El vuelo DL0906

El vuelo DL0906

Cada familia tiene sus personajes. Estos personajes pueden ir rotando mientras pasa el tiempo. Usualmente cuando íbamos de viaje, mi mamá se encargaba de todo. Se encerraba en los baños del hotel en la madrugada a leer panfletos y planificar las actividades del día siguiente. Nos llevó de la mano a conocer a Van Gogh, Murillo, Monet, Degas... y cumplió sus sueños (y los mios). Detrás de su rápido caminar íbamos los tres, tratando de mantenerle el ritmo y el checklist.

También es la culpable de que tenga una foto con el autorretrato de Van Gogh que está en el Metropolitan mientras hago cara de pánico de oír al policía que nos regañaba  por tomar fotos (antes de la era del smartphone). 

Mi mamá me convirtió, sin saberlo, en ciudadana del mundo. 

Uno de sus sueños siempre fue ir a Nueva York. En el año 2005, con todas las agallas del mundo nos montó en un avión, y aparecimos, como por arte de magia, frente a la Grand Central Station. De las imágenes mentales que tengo de mi juventud, esta ha sido impactante. Recuerdo bajarnos del bus con las maletas (siempre he detestado las maletas de mi casa), ver hacia arriba y sentir como si me bajara de un carrusel. Fue espectacular. 
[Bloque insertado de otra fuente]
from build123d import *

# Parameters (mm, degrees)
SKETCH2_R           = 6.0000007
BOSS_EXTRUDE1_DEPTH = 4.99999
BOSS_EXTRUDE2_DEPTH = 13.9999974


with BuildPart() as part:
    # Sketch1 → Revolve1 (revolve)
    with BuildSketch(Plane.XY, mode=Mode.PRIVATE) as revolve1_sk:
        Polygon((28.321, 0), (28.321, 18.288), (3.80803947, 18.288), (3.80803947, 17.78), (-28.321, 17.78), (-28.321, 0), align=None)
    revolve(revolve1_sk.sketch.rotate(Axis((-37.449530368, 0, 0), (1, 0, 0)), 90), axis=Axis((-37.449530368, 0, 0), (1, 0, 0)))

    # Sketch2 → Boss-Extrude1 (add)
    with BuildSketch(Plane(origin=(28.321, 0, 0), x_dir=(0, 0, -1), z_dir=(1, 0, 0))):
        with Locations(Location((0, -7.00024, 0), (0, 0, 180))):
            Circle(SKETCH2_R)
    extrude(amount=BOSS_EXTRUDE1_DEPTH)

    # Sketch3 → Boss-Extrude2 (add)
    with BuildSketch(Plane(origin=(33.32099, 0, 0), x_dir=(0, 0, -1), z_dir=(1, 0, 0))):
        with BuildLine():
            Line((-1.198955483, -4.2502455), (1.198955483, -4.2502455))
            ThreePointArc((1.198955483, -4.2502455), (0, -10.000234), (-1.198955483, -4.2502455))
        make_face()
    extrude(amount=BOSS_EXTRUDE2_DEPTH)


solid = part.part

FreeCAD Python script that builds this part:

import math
import FreeCAD as App
import Part
import Sketcher

V = App.Vector
Q = App.Units.Quantity


def add_polygon(sketch, points):
    """Adds a closed chain of lines whose ends are joined by coincident constraints."""
    first, n = sketch.GeometryCount, len(points)
    for a, b in zip(points, points[1:] + points[:1]):
        sketch.addGeometry(Part.LineSegment(App.Vector(*a, 0), App.Vector(*b, 0)), False)
    for i in range(n):
        sketch.addConstraint(Sketcher.Constraint("Coincident", first + i, 2, first + (i + 1) % n, 1))

doc = App.newDocument("Part")
params = doc.addObject("Spreadsheet::Sheet", "Params")
for row, (alias, value) in enumerate([
    ("sketch1_height", "0.7 in"),
    ("sketch1_width", "2.23 in"),
    ("sketch1_height2", "0.72 in"),
    ("revolution_angle", "360 deg"),
    ("pad1_length", "4.99999 mm"),
    ("pad2_length", "13.999997 mm"),
], start=1):
    params.set(f"A{row}", alias)
    params.set(f"B{row}", "=" + value)
    params.setAlias(f"B{row}", alias)

body = doc.addObject("PartDesign::Body", "Body")

# Sketch on XY plane
sketch1 = body.newObject("Sketcher::SketchObject", "Sketch")
sketch1.AttachmentSupport = (doc.getObject("XY_Plane"), [""])
sketch1.MapMode = "FlatFace"
add_polygon(sketch1, [(28.321, 0), (28.321, 18.288), (3.808039, 18.288), (3.808039, 17.78), (-28.321, 17.78), (-28.321, 0)])  # lines 0-5
sketch1.addConstraint([
    Sketcher.Constraint("Vertical", 0),
    Sketcher.Constraint("Horizontal", 1),
    Sketcher.Constraint("Vertical", 2),
    Sketcher.Constraint("Horizontal", 3),
    Sketcher.Constraint("Vertical", 4),
    Sketcher.Constraint("Horizontal", 5),
    Sketcher.Constraint("Symmetric", 4, 2, 5, 2, -1, 1),
    Sketcher.Constraint("DistanceY", 4, 2, 4, 1, Q("0.7 in")),
    Sketcher.Constraint("DistanceX", 5, 1, 5, 2, Q("2.23 in")),
    Sketcher.Constraint("DistanceY", 0, 1, 0, 2, Q("0.72 in")),
    Sketcher.Constraint("DistanceX", 1, 2, 1, 1, Q("24.512961 mm")),
])
sketch1.setExpression("Constraints[13]", "Params.sketch1_height")
sketch1.setExpression("Constraints[14]", "Params.sketch1_width")
sketch1.setExpression("Constraints[15]", "Params.sketch1_height2")
revolution = body.newObject("PartDesign::Revolution", "Revolution")
revolution.Profile = sketch1
revolution.ReferenceAxis = (sketch1, ["H_Axis"])
revolution.setExpression("Angle", "Params.revolution_angle")

# Sketch on YZ plane
sketch2 = body.newObject("Sketcher::SketchObject", "Sketch001")
sketch2.AttachmentSupport = (doc.getObject("YZ_Plane"), [""])
sketch2.MapMode = "FlatFace"
sketch2.AttachmentOffset = App.Placement(V(0, 0, 1.115 * 25.4), App.Rotation())
sketch2.addGeometry(Part.Circle(V(-7.00024, 0, 0), V(0, 0, 1), 6.000001), False)
sketch2.addConstraint([
    Sketcher.Constraint("PointOnObject", 0, 3, -1),
    Sketcher.Constraint("Diameter", 0, Q("12.000001 mm")),
    Sketcher.Constraint("DistanceX", 0, 3, -1, 1, Q("0.2756 in")),
])
pad1 = body.newObject("PartDesign::Pad", "Pad")
pad1.Profile = sketch2
pad1.setExpression("Length", "Params.pad1_length")

# Sketch on YZ plane
sketch3 = body.newObject("Sketcher::SketchObject", "Sketch002")
sketch3.AttachmentSupport = (doc.getObject("YZ_Plane"), [""])
sketch3.MapMode = "FlatFace"
sketch3.AttachmentOffset = App.Placement(V(0, 0, 33.32099), App.Rotation())
sketch3.addGeometry([
    Part.LineSegment(V(-4.250246, -1.198955, 0), V(-4.250246, 1.198955, 0)),
    Part.ArcOfCircle(Part.Circle(V(-7.00024, 0, 0), V(0, 0, 1), 2.999994), math.radians(23.556464), math.radians(336.443536)),
], False)
sketch3.addConstraint([
    Sketcher.Constraint("Coincident", 0, 1, 1, 2),
    Sketcher.Constraint("Coincident", 1, 1, 0, 2),
    Sketcher.Constraint("Vertical", 0),
    Sketcher.Constraint("PointOnObject", 1, 3, -1),
    Sketcher.Constraint("DistanceX", 1, 3, -1, 1, Q("0.2756 in")),
    Sketcher.Constraint("Radius", 1, Q("2.999994 mm")),
    Sketcher.Constraint("DistanceY", 0, 1, 0, 2, Q("2.397911 mm")),
])
pad2 = body.newObject("PartDesign::Pad", "Pad001")
pad2.Profile = sketch3
pad2.setExpression("Length", "Params.pad2_length")

doc.recompute()
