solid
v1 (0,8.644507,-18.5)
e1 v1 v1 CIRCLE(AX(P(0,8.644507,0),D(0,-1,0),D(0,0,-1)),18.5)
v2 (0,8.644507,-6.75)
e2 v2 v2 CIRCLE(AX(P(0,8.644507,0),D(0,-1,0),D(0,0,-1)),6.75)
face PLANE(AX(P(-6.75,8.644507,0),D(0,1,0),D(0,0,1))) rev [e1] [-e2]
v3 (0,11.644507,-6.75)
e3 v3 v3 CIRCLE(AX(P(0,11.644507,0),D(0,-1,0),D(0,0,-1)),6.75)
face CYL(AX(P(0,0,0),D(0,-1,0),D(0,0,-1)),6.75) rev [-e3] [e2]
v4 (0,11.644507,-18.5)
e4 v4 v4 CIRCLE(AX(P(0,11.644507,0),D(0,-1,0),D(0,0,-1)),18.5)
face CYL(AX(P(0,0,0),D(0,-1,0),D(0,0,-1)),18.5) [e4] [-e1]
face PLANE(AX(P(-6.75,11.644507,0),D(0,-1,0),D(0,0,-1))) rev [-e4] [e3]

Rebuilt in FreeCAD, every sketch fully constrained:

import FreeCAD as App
import Part
import Sketcher
from FreeCAD import Vector
Q = App.Units.Quantity

doc = App.newDocument("Part")
body = doc.addObject("PartDesign::Body", "Body")

# Sketch on XY plane
sketch1 = body.newObject("Sketcher::SketchObject", "Sketch")
sketch1.AttachmentSupport = (doc.getObject("XY_Plane"), [""])
sketch1.MapMode = "FlatFace"
sketch1.addGeometry([
    Part.LineSegment(Vector(-18.5, 11.644507, 0), Vector(-18.5, 8.644507, 0)),
    Part.LineSegment(Vector(-18.5, 8.644507, 0), Vector(-6.75, 8.644507, 0)),
    Part.LineSegment(Vector(-6.75, 8.644507, 0), Vector(-6.75, 11.644507, 0)),
    Part.LineSegment(Vector(-6.75, 11.644507, 0), Vector(-18.5, 11.644507, 0)),
], False)
sketch1.addConstraint([
    Sketcher.Constraint("Coincident", 0, 2, 1, 1),
    Sketcher.Constraint("Coincident", 1, 2, 2, 1),
    Sketcher.Constraint("Coincident", 2, 2, 3, 1),
    Sketcher.Constraint("Coincident", 3, 2, 0, 1),
    Sketcher.Constraint("Vertical", 0),
    Sketcher.Constraint("Horizontal", 1),
    Sketcher.Constraint("Vertical", 2),
    Sketcher.Constraint("Horizontal", 3),
    Sketcher.Constraint("DistanceY", 0, 2, 0, 1, Q("3 mm")),
    Sketcher.Constraint("DistanceX", 1, 1, 1, 2, Q("11.75 mm")),
    Sketcher.Constraint("DistanceX", 0, 2, -1, 1, Q("18.5 mm")),
    Sketcher.Constraint("DistanceY", -1, 1, 0, 2, Q("8.644507 mm")),
])
revolution = body.newObject("PartDesign::Revolution", "Revolution")
revolution.Profile = sketch1
revolution.ReferenceAxis = (sketch1, ["V_Axis"])
revolution.Angle = 360

doc.recompute()
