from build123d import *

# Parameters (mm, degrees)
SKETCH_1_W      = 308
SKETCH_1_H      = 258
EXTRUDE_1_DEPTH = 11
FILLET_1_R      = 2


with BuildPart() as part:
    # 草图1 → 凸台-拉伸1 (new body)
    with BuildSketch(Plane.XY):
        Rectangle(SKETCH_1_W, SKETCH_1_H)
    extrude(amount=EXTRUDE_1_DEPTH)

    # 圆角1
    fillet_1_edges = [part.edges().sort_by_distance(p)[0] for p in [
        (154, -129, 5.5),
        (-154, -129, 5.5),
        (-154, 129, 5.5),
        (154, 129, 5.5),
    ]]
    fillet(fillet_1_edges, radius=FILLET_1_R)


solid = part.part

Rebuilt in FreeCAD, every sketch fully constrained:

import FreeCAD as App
import Part
import Sketcher
from FreeCAD import Vector


def edges_at(feature, points):
    """Names of the edges that pass closest to the given points."""
    edges = feature.Shape.Edges
    near = lambda p: min(range(len(edges)), key=lambda i: edges[i].distToShape(Part.Vertex(*p))[0])
    return sorted({f"Edge{near(p) + 1}" for p in points})


def add_polygon(sketch, points):
    """Adds a closed chain of lines whose ends are joined by coincident constraints."""
    first, n = sketch.GeometryCount, len(points)
    for a, b in zip(points, points[1:] + points[:1]):
        sketch.addGeometry(Part.LineSegment(App.Vector(*a, 0), App.Vector(*b, 0)), False)
    for i in range(n):
        sketch.addConstraint(Sketcher.Constraint("Coincident", first + i, 2, first + (i + 1) % n, 1))

doc = App.newDocument("Part")
body = doc.addObject("PartDesign::Body", "Body")

# Sketch on XY plane
sketch1 = body.newObject("Sketcher::SketchObject", "Sketch")
sketch1.AttachmentSupport = (doc.getObject("XY_Plane"), [""])
sketch1.MapMode = "FlatFace"
add_polygon(sketch1, [(-154, 129), (-154, -129), (154, -129), (154, 129)])  # lines 0-3
sketch1.addConstraint(Sketcher.Constraint("Vertical", 0))
sketch1.addConstraint(Sketcher.Constraint("Horizontal", 1))
sketch1.addConstraint(Sketcher.Constraint("Vertical", 2))
sketch1.addConstraint(Sketcher.Constraint("Horizontal", 3))
sketch1.addConstraint(Sketcher.Constraint("Symmetric", 0, 2, 2, 2, -1, 1))
sketch1.addConstraint(Sketcher.Constraint("DistanceX", 1, 1, 1, 2, 308.0))
sketch1.addConstraint(Sketcher.Constraint("DistanceY", 0, 2, 0, 1, 258.0))
pad1 = body.newObject("PartDesign::Pad", "Pad")
pad1.Profile = sketch1
pad1.Length = 11
doc.recompute()

fillet = body.newObject("PartDesign::Fillet", "Fillet")
fillet.Base = (pad1, edges_at(pad1, [
    (154, -129, 5.5),
    (-154, -129, 5.5),
    (-154, 129, 5.5),
    (154, 129, 5.5),
]))
fillet.Radius = 2

doc.recompute()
Diez años después, luego de dejarle un manual de instrucciones (listas de posibles hoteles, hostales, direcciones, teléfonos de amigos, cuentas bancarias, orden de transferencias, claves, rutas, etc. etc.)  el vuelo DL0906 (con mi mamá en el corazón) me llevó a Manhattan. Ahora era yo la que veía en la madrugada blogs de viajes (porque ahora no se ven los panfletos) en un cuarto de hostal que era probablemente del mismo tamaño que el baño en el que mi mamá se encerraba para no despertarnos.

El vuelo que me llevó a la gran manzana tiene una historia un tanto simpática. Estaba sentada en la ventana, donde usualmente colocan a las personas que van solas. A la par tenía a un chico guapo y en el asiento del pasillo,  una señora un tanto insoportable. Para ser honesta, mi parte favorita de los vuelos es el despegue. Me gusta ser super ridícula y ponerme mis audífonos con música de aventura a la que le doy play justo en el momento en el que el avión acelera para elevarse (yo sé, soy una vergüenza de persona). La mayor parte del vuelo no hablamos. El chico guapo iba viendo videos en la pantalla de la aerolínea, y yo iba saltando de canción en canción en mi spotify. La señora insoportable, nos pedía favores cada cierto tiempo y dibujaba extrañas caricaturas de payasos en unos cuadernos. Ya avanzados en el vuelo, platiqué un poco con el chico a la par mia. Le conté que iba rumbo a barcelona pero que estaría un día en Nueva York. Al escuchar Barcelona, empezó a contarme todas sus aventuras del último viaje que había hecho en Barcelona y lo espectacular que era. Hablamos de restaurantes, calles, bares, y comida, mientras la señora extraña nos veía con consternación. Era evidente que la señora quería intervenir, y nos dijo, en un típico acento gringo, "La comida en Barcelona y España es fatal. Mi hijo vivió ahí y nunca podía comer. Siempre tenía que cocinarse o comer McDonalds porque era lo único decente." No sé quién se ofendió más, si mi compañero de asiento o yo. Luego de una larga explicación de la cultura culinaria de España, sus platillos, Cataluña y el paraíso del Jamón Serrano, creo que se rindió a nuestro bullying gastronómico.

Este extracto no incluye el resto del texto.